**Task details**.
Restate word for word the lines of the records below, starting at the line that contains "#27=AXIS2_PLACEMENT_3D('',#26,#16,#17);" and ending at the line that contains "#47=VERTEX_POINT('',#46);", with both of those lines included and nothing else.

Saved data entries
________________

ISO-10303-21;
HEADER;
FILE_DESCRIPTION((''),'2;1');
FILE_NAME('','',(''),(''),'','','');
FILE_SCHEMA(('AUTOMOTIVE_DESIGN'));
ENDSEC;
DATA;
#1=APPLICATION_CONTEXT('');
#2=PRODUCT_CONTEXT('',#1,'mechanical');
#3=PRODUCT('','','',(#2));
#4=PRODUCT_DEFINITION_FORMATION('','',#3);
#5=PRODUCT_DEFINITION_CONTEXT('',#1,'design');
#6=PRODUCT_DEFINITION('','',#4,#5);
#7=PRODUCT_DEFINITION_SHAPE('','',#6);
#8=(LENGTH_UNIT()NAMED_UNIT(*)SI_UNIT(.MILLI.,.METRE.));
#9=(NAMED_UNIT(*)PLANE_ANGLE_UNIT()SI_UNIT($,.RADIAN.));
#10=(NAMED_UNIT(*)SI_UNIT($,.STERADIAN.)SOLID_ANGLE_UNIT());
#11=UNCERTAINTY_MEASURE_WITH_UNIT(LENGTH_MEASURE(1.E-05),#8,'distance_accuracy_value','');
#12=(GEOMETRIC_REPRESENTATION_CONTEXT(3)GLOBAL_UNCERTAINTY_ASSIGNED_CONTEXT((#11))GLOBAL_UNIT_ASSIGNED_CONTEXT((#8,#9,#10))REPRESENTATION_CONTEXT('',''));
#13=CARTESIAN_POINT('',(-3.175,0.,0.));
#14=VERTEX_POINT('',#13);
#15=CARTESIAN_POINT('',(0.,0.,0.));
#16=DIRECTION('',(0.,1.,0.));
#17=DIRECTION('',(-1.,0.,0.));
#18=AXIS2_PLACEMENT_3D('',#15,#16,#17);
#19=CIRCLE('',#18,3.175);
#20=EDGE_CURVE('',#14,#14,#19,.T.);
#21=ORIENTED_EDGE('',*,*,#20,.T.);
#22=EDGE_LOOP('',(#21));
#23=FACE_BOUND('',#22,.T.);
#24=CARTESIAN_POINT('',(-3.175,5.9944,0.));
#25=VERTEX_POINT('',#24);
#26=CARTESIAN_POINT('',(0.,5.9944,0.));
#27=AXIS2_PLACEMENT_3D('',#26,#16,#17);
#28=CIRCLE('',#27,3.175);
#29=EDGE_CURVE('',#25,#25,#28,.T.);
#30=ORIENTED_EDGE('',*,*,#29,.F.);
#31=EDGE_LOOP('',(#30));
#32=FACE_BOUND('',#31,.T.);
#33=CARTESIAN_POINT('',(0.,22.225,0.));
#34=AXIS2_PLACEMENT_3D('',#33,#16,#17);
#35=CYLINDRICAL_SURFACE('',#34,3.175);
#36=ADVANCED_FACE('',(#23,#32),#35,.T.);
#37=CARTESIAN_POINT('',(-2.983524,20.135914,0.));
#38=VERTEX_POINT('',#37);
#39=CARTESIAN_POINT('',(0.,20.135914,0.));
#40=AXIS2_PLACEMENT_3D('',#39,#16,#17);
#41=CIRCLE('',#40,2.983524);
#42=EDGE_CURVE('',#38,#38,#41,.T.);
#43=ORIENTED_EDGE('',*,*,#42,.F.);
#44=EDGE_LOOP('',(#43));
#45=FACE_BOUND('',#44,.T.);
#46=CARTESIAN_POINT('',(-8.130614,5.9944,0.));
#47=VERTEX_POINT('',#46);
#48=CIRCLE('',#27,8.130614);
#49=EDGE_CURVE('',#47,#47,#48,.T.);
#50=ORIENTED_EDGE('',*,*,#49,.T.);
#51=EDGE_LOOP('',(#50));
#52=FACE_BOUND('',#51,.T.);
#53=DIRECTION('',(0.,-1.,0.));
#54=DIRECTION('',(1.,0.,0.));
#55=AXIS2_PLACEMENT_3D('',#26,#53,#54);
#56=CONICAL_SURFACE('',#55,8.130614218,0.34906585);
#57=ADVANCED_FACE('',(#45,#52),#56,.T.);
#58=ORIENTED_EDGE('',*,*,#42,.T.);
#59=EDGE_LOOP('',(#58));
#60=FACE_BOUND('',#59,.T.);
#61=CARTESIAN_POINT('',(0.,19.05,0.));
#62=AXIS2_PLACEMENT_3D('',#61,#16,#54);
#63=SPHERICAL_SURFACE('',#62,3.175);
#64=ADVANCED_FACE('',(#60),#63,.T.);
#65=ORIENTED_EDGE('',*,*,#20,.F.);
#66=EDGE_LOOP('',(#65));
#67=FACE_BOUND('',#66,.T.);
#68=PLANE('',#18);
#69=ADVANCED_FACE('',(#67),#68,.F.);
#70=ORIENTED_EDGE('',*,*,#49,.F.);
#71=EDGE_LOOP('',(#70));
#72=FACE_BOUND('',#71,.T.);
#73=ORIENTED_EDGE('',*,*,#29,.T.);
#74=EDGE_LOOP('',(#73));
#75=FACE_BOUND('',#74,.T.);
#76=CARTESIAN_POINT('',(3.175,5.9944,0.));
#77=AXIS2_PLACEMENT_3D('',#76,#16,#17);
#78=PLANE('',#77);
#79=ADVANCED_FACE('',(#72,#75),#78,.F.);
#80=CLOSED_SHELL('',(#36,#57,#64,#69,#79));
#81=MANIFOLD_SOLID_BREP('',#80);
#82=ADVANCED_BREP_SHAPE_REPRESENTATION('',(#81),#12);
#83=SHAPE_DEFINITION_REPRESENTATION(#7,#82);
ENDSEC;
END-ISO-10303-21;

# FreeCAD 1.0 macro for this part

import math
import FreeCAD as App
import Part
import Sketcher
Q = App.Units.Quantity

doc = App.newDocument("Part")
body = doc.addObject("PartDesign::Body", "Body")

# Sketch on XY plane
sketch1 = body.newObject("Sketcher::SketchObject", "Sketch")
sketch1.AttachmentSupport = (doc.getObject("XY_Plane"), [""])
sketch1.MapMode = "FlatFace"
sketch1.addGeometry([
    Part.LineSegment(App.Vector(0, 0, 0), App.Vector(3.2, 0, 0)),  # 0
    Part.LineSegment(App.Vector(3.2, 0, 0), App.Vector(3.2, 6, 0)),  # 1
    Part.LineSegment(App.Vector(3.2, 6, 0), App.Vector(8.1, 6, 0)),  # 2
    Part.LineSegment(App.Vector(8.1, 6, 0), App.Vector(3, 20.1, 0)),  # 3
    Part.ArcOfCircle(Part.Circle(App.Vector(0, 19.1, 0), App.Vector(0, 0, 1), 3.2), math.radians(20), math.radians(90)),  # 4
    Part.LineSegment(App.Vector(0, 22.2, 0), App.Vector(0, 0, 0)),  # 5
], False)
sketch1.addConstraint([
    Sketcher.Constraint("Coincident", 0, 2, 1, 1),
    Sketcher.Constraint("Coincident", 1, 2, 2, 1),
    Sketcher.Constraint("Coincident", 2, 2, 3, 1),
    Sketcher.Constraint("Tangent", 3, 2, 4, 1),
    Sketcher.Constraint("Coincident", 4, 2, 5, 1),
    Sketcher.Constraint("Coincident", 5, 2, 0, 1),
    Sketcher.Constraint("Horizontal", 0),
    Sketcher.Constraint("Vertical", 1),
    Sketcher.Constraint("Horizontal", 2),
    Sketcher.Constraint("Vertical", 5),
    Sketcher.Constraint("Coincident", 5, 2, -1, 1),
    Sketcher.Constraint("PointOnObject", 4, 3, -2),
    Sketcher.Constraint("Angle", 3, Q("110 deg")),
    Sketcher.Constraint("Radius", 4, Q("0.125 in")),
    Sketcher.Constraint("DistanceX", 0, 1, 0, 2, Q("0.125 in")),
    Sketcher.Constraint("DistanceY", 1, 1, 1, 2, Q("0.236 in")),
    Sketcher.Constraint("DistanceY", 5, 2, 5, 1, Q("0.875 in")),
])
revolution = body.newObject("PartDesign::Revolution", "Revolution")
revolution.Profile = sketch1
revolution.ReferenceAxis = (sketch1, ["V_Axis"])
revolution.Angle = 360

doc.recompute()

________________

**Result of the task**.
#27=AXIS2_PLACEMENT_3D('',#26,#16,#17);
#28=CIRCLE('',#27,3.175);
#29=EDGE_CURVE('',#25,#25,#28,.T.);
#30=ORIENTED_EDGE('',*,*,#29,.F.);
#31=EDGE_LOOP('',(#30));
#32=FACE_BOUND('',#31,.T.);
#33=CARTESIAN_POINT('',(0.,22.225,0.));
#34=AXIS2_PLACEMENT_3D('',#33,#16,#17);
#35=CYLINDRICAL_SURFACE('',#34,3.175);
#36=ADVANCED_FACE('',(#23,#32),#35,.T.);
#37=CARTESIAN_POINT('',(-2.983524,20.135914,0.));
#38=VERTEX_POINT('',#37);
#39=CARTESIAN_POINT('',(0.,20.135914,0.));
#40=AXIS2_PLACEMENT_3D('',#39,#16,#17);
#41=CIRCLE('',#40,2.983524);
#42=EDGE_CURVE('',#38,#38,#41,.T.);
#43=ORIENTED_EDGE('',*,*,#42,.F.);
#44=EDGE_LOOP('',(#43));
#45=FACE_BOUND('',#44,.T.);
#46=CARTESIAN_POINT('',(-8.130614,5.9944,0.));
#47=VERTEX_POINT('',#46);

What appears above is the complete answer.